START MATERIAL SHOWN

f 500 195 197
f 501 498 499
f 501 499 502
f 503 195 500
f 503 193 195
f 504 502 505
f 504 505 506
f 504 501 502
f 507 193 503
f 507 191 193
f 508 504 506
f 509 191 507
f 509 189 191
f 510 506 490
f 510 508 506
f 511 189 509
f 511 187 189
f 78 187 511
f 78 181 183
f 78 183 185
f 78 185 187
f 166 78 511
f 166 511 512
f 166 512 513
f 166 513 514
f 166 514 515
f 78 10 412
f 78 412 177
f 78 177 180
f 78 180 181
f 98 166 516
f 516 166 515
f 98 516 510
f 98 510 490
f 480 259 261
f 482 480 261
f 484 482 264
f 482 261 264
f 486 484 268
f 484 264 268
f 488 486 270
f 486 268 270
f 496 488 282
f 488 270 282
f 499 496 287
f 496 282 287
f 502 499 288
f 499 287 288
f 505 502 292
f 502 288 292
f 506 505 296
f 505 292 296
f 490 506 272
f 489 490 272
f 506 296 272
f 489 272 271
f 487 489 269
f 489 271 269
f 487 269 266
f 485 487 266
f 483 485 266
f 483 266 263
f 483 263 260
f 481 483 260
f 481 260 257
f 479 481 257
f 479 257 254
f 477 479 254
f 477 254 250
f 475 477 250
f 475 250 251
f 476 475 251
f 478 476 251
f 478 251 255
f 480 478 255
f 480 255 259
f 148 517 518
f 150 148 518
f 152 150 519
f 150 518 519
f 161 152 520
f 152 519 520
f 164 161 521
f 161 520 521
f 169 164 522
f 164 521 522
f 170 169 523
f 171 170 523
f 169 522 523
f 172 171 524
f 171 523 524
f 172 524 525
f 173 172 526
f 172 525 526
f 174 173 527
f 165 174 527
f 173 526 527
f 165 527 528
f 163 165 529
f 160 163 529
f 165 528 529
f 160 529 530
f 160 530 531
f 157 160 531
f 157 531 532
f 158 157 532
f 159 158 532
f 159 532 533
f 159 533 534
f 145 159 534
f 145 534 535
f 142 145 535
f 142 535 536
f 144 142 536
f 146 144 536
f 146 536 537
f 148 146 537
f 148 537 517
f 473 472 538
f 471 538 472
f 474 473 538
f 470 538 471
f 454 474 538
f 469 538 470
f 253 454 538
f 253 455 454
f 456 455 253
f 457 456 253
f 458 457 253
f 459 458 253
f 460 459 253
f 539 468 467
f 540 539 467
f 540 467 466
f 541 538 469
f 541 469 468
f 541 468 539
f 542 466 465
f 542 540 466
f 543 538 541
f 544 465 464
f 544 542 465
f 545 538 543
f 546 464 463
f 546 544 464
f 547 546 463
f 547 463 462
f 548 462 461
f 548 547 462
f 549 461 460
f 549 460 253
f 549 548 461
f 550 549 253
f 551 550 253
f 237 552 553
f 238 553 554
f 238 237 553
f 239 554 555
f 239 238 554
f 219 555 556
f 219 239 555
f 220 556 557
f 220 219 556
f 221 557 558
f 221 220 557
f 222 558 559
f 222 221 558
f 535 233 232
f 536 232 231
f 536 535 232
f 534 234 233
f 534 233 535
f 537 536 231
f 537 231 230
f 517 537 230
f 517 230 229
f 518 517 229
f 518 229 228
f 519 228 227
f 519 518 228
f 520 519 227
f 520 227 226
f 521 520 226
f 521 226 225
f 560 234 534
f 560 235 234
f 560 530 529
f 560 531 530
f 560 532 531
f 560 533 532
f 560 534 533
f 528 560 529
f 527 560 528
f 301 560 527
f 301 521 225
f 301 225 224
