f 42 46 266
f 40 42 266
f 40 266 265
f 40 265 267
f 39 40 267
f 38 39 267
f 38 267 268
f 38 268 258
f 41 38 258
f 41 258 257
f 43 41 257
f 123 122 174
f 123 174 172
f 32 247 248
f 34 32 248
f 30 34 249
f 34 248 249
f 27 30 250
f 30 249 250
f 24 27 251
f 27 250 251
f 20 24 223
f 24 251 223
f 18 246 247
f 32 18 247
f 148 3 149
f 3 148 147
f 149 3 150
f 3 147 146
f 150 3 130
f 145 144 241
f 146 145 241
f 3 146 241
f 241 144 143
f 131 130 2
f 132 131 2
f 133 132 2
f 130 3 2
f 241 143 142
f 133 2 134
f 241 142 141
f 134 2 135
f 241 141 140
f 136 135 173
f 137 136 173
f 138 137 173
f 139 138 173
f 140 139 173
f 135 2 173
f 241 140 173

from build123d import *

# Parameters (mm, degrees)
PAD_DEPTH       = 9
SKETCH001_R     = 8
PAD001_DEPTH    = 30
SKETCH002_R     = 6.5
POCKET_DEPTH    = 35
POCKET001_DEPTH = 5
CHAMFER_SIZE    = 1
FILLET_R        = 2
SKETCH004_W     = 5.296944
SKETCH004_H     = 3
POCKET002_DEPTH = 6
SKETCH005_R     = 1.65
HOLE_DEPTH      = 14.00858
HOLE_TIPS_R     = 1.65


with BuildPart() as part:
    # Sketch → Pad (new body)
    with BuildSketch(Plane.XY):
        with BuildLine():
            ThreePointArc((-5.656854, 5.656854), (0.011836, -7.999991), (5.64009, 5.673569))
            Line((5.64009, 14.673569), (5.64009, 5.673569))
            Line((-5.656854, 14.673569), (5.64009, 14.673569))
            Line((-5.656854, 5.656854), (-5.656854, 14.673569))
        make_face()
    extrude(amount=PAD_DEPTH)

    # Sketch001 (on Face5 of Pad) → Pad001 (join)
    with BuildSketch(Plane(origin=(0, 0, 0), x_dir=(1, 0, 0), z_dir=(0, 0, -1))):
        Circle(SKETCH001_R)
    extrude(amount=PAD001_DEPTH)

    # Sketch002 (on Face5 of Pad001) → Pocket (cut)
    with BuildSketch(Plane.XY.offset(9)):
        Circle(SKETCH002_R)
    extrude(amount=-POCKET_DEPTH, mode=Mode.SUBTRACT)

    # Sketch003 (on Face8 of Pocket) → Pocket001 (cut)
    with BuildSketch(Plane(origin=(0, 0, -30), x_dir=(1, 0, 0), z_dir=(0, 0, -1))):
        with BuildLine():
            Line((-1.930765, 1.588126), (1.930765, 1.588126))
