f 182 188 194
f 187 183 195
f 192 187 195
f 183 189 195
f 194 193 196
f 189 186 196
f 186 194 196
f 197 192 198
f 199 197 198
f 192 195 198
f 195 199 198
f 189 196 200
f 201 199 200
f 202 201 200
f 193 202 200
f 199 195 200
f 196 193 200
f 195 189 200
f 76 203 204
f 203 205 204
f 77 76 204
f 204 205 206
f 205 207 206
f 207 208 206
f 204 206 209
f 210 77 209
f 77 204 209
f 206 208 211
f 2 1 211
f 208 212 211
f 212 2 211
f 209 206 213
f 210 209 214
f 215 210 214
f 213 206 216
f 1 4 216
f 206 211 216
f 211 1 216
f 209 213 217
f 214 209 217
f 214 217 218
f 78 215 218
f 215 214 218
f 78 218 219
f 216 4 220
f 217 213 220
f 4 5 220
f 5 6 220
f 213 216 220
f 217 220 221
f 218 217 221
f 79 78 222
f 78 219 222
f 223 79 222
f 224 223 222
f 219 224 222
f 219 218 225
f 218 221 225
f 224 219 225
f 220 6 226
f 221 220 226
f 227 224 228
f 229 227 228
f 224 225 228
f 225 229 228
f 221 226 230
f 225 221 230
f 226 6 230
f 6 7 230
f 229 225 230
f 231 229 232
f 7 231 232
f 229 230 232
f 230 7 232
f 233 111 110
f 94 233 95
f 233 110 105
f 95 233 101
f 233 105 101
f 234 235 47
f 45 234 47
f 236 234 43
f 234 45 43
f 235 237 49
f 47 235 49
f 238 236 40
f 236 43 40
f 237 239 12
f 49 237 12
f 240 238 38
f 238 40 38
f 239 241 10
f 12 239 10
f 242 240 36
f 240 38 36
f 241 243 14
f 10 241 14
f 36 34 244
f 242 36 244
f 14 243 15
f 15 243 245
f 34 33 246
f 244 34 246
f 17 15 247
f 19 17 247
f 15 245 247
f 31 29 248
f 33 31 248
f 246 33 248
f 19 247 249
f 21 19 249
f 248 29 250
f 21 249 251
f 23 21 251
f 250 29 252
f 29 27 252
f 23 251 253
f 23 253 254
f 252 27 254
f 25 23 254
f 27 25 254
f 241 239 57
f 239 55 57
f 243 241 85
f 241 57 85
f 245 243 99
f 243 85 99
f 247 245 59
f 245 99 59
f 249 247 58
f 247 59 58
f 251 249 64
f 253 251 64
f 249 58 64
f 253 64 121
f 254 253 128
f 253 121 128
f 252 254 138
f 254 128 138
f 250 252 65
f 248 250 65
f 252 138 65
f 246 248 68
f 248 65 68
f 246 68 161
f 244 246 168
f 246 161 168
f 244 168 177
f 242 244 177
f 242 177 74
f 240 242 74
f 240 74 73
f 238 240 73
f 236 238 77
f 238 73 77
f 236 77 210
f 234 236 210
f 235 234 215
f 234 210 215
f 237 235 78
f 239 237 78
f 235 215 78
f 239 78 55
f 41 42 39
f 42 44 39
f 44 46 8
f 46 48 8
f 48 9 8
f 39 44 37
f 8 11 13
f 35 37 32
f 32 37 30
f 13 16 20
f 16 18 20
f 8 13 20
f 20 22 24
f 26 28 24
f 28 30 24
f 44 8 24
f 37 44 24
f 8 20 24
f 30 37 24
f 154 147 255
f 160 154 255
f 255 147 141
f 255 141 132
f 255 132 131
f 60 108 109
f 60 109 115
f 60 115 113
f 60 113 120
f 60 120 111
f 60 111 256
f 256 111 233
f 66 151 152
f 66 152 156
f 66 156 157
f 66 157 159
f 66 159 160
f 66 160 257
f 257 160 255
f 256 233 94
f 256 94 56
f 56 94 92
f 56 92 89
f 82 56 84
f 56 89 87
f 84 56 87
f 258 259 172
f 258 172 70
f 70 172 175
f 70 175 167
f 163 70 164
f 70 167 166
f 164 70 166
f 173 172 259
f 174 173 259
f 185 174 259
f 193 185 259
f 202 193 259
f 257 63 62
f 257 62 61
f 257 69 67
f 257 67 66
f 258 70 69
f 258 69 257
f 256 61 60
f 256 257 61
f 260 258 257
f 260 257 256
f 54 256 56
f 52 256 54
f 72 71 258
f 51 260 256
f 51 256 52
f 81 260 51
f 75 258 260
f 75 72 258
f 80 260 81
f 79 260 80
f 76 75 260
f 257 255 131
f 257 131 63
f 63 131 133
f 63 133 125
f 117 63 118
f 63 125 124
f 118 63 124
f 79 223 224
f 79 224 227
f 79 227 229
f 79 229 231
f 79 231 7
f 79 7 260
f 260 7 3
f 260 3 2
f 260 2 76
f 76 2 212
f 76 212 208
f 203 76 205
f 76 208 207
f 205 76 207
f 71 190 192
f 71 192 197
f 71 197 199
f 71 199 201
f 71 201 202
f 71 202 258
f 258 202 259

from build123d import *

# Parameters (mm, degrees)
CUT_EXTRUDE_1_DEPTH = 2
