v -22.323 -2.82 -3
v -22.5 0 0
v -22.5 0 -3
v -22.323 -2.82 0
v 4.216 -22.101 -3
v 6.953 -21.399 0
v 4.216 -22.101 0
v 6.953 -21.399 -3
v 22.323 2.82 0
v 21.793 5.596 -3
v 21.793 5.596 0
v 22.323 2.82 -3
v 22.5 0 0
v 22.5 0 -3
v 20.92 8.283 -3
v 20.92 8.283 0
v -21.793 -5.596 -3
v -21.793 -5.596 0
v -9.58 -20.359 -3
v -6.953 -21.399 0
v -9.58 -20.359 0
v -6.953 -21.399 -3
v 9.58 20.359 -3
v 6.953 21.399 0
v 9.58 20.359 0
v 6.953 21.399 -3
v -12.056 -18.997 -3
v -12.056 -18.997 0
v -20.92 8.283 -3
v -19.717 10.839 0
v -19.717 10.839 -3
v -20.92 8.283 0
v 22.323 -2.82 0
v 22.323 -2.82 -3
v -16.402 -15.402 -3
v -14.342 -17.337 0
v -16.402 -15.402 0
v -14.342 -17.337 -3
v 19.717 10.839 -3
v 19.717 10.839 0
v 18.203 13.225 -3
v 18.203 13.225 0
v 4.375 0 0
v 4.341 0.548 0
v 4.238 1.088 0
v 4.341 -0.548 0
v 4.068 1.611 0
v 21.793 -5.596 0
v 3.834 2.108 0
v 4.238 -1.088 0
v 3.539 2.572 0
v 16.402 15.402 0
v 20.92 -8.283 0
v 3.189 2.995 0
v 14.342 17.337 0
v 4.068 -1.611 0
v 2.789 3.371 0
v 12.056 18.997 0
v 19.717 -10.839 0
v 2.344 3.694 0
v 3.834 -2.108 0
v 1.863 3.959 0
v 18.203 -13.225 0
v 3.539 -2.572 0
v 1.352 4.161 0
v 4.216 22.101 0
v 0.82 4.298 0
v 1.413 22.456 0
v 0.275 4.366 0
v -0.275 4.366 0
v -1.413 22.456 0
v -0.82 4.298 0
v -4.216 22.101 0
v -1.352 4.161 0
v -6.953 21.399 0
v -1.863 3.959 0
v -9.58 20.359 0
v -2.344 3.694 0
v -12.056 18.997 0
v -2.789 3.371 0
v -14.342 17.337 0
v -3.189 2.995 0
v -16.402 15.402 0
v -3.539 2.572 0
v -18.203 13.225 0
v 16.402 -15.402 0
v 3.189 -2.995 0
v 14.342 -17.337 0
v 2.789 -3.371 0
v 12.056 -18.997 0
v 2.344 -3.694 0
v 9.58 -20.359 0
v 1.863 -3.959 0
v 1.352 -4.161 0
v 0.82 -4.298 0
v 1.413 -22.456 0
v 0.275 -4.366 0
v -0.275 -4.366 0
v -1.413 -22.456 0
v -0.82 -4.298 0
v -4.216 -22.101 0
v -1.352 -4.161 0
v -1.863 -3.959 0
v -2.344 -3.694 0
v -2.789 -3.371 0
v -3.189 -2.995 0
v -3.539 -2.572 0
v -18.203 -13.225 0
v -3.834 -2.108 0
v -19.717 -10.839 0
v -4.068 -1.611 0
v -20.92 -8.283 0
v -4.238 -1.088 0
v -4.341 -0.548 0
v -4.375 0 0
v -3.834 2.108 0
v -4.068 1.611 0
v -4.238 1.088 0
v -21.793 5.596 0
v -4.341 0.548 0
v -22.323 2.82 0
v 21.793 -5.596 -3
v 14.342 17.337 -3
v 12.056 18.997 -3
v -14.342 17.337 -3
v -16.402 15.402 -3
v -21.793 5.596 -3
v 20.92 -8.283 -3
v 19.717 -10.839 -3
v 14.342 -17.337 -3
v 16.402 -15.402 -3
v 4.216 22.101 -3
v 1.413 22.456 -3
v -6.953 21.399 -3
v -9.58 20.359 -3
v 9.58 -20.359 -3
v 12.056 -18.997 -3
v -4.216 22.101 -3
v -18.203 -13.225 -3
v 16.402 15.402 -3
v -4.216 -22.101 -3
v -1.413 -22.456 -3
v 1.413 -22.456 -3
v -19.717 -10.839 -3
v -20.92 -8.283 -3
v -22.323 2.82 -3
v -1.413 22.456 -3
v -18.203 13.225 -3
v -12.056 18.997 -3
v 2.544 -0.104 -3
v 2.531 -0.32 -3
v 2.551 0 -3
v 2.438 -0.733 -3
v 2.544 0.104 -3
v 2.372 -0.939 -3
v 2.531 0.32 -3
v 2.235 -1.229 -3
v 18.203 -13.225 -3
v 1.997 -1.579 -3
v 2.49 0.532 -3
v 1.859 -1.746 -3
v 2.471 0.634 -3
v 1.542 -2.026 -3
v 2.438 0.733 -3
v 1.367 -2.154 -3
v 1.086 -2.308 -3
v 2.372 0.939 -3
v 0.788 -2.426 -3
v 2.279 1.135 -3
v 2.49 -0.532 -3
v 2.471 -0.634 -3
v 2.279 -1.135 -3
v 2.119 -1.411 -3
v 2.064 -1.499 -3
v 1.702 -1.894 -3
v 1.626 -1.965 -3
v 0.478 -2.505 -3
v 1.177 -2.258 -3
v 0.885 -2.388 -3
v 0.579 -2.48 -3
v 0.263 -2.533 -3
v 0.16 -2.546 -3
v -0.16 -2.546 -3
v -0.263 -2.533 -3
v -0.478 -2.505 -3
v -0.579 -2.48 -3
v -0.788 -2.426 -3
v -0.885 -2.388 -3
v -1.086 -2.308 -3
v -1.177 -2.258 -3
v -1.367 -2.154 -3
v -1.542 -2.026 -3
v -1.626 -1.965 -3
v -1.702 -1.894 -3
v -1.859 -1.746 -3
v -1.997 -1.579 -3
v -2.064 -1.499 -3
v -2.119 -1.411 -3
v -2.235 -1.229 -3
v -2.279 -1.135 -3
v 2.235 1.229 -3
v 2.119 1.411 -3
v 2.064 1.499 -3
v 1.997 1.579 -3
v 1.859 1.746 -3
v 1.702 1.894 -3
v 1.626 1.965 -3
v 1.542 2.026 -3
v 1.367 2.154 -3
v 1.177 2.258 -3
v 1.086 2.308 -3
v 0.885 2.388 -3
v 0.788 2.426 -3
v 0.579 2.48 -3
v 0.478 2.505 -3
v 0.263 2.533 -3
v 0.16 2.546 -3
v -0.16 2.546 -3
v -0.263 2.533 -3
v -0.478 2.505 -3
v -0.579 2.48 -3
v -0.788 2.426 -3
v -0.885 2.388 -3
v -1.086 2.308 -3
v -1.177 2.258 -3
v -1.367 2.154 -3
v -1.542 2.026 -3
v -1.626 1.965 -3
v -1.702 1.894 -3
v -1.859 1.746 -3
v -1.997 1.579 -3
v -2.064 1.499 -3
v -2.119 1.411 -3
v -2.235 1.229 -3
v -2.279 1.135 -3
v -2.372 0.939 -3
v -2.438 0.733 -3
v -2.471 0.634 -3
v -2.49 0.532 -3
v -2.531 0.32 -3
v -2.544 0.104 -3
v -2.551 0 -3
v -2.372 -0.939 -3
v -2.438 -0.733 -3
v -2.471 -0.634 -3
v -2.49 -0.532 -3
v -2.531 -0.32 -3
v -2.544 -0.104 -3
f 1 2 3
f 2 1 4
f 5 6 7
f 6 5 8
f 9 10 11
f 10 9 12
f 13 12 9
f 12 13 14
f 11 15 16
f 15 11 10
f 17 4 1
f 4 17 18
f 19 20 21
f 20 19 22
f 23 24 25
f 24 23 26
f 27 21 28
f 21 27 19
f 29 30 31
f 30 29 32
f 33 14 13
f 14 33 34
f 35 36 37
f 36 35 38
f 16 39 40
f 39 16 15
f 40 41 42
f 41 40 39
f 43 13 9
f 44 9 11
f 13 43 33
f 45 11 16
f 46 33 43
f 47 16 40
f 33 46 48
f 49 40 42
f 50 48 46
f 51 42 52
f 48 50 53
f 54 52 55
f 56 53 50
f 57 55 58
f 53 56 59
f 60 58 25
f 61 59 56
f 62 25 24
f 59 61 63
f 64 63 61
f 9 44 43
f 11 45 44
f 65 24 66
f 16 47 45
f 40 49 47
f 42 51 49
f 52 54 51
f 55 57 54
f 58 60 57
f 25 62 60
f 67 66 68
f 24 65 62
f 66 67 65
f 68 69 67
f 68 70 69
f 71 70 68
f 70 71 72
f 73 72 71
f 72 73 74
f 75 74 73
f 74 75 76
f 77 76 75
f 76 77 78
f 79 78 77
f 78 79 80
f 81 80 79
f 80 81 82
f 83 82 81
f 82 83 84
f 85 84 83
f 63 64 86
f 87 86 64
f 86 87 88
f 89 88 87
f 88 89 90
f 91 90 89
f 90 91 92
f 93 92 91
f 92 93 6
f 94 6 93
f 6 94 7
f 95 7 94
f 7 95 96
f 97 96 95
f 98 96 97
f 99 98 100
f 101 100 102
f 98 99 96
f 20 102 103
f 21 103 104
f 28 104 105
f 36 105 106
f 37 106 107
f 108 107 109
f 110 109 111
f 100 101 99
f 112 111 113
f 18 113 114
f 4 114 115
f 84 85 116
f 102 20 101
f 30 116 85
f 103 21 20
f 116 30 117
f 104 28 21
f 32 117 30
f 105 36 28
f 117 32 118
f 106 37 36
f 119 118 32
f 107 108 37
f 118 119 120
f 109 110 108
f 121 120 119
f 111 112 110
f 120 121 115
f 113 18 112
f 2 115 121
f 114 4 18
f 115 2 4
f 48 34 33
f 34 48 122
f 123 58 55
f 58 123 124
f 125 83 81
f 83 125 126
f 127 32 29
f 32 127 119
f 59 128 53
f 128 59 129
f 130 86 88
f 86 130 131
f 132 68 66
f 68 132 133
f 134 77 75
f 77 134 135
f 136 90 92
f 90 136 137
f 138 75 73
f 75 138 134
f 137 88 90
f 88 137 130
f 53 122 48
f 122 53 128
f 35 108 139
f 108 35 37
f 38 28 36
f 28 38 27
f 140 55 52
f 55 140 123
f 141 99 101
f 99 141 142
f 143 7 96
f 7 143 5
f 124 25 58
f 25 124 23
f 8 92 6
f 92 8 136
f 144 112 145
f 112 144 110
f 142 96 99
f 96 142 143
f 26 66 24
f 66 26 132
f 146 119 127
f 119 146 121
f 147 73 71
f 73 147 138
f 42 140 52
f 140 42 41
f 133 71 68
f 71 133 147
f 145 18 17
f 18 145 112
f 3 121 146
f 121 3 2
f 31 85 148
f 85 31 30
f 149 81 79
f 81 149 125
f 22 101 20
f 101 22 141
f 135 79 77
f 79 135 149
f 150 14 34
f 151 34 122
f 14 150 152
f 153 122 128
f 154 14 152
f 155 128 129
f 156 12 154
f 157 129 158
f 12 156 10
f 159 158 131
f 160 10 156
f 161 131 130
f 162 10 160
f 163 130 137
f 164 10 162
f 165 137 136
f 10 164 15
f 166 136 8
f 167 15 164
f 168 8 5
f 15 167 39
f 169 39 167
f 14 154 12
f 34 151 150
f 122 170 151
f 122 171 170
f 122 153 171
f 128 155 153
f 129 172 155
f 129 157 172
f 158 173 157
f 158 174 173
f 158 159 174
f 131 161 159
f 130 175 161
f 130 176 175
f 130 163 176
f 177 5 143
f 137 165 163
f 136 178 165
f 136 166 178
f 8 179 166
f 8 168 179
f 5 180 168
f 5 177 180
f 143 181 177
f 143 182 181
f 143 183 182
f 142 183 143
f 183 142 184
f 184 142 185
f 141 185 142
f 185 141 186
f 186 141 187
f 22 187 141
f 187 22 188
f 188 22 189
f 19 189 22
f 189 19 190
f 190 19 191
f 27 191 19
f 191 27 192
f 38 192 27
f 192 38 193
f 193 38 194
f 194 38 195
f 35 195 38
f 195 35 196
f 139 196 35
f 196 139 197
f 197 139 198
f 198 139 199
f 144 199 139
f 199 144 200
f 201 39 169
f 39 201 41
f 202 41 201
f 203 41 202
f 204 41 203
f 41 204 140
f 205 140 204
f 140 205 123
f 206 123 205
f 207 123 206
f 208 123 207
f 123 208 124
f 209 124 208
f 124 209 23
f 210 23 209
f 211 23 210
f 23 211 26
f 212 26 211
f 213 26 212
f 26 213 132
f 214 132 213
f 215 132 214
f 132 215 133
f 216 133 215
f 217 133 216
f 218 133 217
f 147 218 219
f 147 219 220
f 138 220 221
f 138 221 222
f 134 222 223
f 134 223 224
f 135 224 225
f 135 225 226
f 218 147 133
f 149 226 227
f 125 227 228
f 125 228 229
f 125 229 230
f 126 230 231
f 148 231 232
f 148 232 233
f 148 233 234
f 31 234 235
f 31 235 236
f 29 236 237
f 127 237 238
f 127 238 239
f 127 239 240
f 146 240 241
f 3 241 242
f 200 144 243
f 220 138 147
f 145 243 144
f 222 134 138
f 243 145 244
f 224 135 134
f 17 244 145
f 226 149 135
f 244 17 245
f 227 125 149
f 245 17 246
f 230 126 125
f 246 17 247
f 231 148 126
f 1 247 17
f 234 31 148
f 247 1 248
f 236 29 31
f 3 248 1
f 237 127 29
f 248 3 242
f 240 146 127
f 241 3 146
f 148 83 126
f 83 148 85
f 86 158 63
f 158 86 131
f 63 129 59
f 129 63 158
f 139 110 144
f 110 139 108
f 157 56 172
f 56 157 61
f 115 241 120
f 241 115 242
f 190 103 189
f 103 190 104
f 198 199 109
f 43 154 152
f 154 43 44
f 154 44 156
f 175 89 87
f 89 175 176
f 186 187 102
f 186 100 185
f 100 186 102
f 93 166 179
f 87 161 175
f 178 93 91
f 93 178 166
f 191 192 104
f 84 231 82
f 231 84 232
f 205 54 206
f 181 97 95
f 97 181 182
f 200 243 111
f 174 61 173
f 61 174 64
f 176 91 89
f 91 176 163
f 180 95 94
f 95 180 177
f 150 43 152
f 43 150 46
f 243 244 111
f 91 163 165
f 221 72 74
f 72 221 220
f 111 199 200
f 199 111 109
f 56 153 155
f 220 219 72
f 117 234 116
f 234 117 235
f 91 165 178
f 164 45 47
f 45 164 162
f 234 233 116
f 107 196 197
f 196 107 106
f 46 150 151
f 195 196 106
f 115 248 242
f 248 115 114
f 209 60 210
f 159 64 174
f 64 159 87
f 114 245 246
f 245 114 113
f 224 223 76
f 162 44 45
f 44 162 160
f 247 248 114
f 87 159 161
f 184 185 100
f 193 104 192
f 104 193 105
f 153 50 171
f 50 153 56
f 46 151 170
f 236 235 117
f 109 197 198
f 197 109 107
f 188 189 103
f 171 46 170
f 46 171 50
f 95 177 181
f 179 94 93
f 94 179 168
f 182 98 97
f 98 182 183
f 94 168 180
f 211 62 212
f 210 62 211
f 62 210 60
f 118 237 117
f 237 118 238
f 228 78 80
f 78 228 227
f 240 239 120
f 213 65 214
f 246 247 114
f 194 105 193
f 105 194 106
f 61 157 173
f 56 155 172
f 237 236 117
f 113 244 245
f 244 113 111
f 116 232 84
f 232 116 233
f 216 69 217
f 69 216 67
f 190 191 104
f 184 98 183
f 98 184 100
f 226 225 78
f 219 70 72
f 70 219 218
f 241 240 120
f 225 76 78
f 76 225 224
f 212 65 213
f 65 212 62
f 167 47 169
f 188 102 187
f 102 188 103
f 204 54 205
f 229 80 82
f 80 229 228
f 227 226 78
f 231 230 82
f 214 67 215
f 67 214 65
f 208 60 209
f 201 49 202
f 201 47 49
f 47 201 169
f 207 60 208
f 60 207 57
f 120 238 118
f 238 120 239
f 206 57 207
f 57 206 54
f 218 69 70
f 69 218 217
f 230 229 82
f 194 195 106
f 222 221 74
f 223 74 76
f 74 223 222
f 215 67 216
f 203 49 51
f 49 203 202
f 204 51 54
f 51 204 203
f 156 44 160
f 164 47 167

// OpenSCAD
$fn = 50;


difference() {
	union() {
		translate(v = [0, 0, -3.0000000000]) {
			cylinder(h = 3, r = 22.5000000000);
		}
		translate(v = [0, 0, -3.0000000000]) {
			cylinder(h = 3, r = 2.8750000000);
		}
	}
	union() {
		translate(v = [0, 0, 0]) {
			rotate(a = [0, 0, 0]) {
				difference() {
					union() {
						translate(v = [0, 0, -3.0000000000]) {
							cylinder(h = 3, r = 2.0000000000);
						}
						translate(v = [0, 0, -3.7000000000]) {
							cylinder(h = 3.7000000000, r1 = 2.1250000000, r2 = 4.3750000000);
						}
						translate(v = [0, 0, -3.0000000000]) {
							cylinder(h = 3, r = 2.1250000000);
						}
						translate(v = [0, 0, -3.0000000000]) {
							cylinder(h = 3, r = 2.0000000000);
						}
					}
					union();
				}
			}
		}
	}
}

END MATERIAL SHOWN

**TASK GOAL:** Among the lines above, some may include the string "Plane"; state how many, and nothing more.

**PROBLEM SOLUTION:** 4